:: DATA IN THIS EXERCISE

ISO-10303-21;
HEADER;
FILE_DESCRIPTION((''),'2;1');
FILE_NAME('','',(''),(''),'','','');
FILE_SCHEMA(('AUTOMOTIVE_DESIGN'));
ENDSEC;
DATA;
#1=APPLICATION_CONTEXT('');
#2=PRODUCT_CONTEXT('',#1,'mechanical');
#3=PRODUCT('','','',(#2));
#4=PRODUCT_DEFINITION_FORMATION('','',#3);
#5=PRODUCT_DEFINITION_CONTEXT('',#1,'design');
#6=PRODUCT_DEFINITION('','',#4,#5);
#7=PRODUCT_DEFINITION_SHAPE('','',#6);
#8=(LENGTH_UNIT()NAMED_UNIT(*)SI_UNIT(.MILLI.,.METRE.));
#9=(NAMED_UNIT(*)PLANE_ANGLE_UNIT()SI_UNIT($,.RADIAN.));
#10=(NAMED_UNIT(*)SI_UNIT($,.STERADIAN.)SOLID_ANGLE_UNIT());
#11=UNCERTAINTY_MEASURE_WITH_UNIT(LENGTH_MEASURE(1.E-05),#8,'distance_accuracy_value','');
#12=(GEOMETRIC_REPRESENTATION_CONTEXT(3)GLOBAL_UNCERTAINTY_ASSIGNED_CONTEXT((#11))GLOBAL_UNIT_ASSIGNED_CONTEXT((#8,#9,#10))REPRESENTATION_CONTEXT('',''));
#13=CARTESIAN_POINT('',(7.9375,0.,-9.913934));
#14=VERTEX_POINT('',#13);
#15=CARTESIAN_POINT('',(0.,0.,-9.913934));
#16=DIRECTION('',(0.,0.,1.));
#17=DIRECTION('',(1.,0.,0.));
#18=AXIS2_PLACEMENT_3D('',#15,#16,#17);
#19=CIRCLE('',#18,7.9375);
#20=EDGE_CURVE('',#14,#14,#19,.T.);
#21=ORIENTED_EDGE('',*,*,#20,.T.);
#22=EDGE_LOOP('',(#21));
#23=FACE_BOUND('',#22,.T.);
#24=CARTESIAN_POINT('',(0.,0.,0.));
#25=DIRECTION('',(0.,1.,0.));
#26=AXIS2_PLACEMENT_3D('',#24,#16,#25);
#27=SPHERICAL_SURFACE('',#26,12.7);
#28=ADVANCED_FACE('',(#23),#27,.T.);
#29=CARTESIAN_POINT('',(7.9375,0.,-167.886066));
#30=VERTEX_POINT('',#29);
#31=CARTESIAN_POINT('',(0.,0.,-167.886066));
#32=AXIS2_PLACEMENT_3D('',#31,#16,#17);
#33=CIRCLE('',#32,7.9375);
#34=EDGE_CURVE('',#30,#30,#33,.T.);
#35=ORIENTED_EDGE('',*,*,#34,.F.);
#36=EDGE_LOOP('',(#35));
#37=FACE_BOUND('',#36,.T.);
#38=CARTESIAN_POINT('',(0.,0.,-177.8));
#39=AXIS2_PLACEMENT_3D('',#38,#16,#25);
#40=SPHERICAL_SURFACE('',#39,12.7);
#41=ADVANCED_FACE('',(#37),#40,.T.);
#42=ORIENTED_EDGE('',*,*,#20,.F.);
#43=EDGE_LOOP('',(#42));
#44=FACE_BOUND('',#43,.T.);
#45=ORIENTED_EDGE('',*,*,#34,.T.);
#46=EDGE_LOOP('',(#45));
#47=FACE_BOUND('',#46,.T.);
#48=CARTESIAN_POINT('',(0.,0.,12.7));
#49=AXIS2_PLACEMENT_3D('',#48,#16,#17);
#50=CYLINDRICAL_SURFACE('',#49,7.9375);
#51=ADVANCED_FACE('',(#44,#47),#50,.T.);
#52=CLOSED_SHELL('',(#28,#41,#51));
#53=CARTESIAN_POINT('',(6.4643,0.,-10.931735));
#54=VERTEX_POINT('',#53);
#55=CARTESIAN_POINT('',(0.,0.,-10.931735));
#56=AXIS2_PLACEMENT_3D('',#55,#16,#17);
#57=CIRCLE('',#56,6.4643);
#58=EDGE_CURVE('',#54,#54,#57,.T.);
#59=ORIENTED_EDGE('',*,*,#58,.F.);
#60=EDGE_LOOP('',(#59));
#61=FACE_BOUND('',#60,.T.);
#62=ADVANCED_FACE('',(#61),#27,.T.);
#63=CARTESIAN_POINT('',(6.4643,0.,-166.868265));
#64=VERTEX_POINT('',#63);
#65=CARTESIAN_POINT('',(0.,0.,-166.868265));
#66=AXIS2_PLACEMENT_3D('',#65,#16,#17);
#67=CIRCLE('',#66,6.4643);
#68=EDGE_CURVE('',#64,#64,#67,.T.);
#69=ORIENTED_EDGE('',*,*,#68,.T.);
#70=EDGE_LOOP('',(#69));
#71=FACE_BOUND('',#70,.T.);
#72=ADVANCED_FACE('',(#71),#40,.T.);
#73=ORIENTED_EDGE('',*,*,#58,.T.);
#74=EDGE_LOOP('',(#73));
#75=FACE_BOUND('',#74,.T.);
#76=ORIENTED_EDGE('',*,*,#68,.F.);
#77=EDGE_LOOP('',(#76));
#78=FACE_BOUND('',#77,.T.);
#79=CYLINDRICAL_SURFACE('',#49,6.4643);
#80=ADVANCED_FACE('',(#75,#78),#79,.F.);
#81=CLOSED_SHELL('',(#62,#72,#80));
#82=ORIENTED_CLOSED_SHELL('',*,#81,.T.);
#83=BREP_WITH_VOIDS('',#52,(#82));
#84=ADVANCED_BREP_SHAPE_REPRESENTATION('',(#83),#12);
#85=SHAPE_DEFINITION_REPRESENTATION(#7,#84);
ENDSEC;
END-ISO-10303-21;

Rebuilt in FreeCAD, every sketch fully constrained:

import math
import FreeCAD as App
import Part
import Sketcher
from FreeCAD import Vector
Q = App.Units.Quantity

doc = App.newDocument("Part")
body = doc.addObject("PartDesign::Body", "Body")

# Sketch on YZ plane
sketch1 = body.newObject("Sketcher::SketchObject", "Sketch")
sketch1.AttachmentSupport = (doc.getObject("YZ_Plane"), [""])
sketch1.MapMode = "FlatFace"
sketch1.addGeometry([
    Part.LineSegment(Vector(7.9375, -167.886066, 0), Vector(7.9375, -9.913934, 0)),  # 0
    Part.ArcOfCircle(Part.Circle(Vector(0, 0, 0), Vector(0, 0, 1), 12.7), math.radians(-51.317813), math.radians(90)),  # 1
    Part.LineSegment(Vector(0, 12.7, 0), Vector(0, -12.7, 0)),  # 2
    Part.ArcOfCircle(Part.Circle(Vector(0, 0, 0), Vector(0, 0, 1), 12.7), math.radians(-90), math.radians(-59.402757)),  # 3
    Part.LineSegment(Vector(6.4643, -10.931735, 0), Vector(6.4643, -166.868265, 0)),  # 4
    Part.ArcOfCircle(Part.Circle(Vector(0, -177.8, 0), Vector(0, 0, 1), 12.7), math.radians(59.402757), math.radians(90)),  # 5
    Part.LineSegment(Vector(0, -165.1, 0), Vector(0, -190.5, 0)),  # 6
    Part.ArcOfCircle(Part.Circle(Vector(0, -177.8, 0), Vector(0, 0, 1), 12.7), math.radians(-90), math.radians(51.317813)),  # 7
], False)
sketch1.addConstraint([
    Sketcher.Constraint("Coincident", 0, 2, 1, 1),
    Sketcher.Constraint("Coincident", 1, 2, 2, 1),
    Sketcher.Constraint("Coincident", 2, 2, 3, 1),
    Sketcher.Constraint("Coincident", 3, 2, 4, 1),
    Sketcher.Constraint("Coincident", 4, 2, 5, 1),
    Sketcher.Constraint("Coincident", 5, 2, 6, 1),
    Sketcher.Constraint("Coincident", 6, 2, 7, 1),
    Sketcher.Constraint("Coincident", 7, 2, 0, 1),
    Sketcher.Constraint("Vertical", 0),
    Sketcher.Constraint("Vertical", 2),
    Sketcher.Constraint("Vertical", 4),
    Sketcher.Constraint("Vertical", 6),
    Sketcher.Constraint("Coincident", 1, 3, -1, 1),
    Sketcher.Constraint("Coincident", 3, 3, -1, 1),
    Sketcher.Constraint("Coincident", 7, 3, 5, 3),
    Sketcher.Constraint("Equal", 1, 3),
    Sketcher.Constraint("Equal", 3, 5),
    Sketcher.Constraint("Equal", 5, 7),
    Sketcher.Constraint("PointOnObject", 5, 3, -2),
    Sketcher.Constraint("PointOnObject", 1, 2, -2),
    Sketcher.Constraint("PointOnObject", 5, 2, -2),
    Sketcher.Constraint("Radius", 1, Q("0.5 in")),
    Sketcher.Constraint("DistanceY", 5, 3, -1, 1, Q("7 in")),
    Sketcher.Constraint("DistanceX", -1, 1, 0, 2, Q("0.3125 in")),
    Sketcher.Constraint("DistanceX", 3, 2, 0, 2, Q("0.058 in")),
])
revolution = body.newObject("PartDesign::Revolution", "Revolution")
revolution.Profile = sketch1
revolution.ReferenceAxis = (sketch1, ["V_Axis"])
revolution.Angle = 360

doc.recompute()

::::

Could you retype exactly the lines above, starting at the line that contains "END-ISO-10303-21;" and ending at the line that contains "Rebuilt in FreeCAD, every", and nothing more?

* [RESPONSE TO THIS TASK]:
END-ISO-10303-21;

Rebuilt in FreeCAD, every sketch fully constrained:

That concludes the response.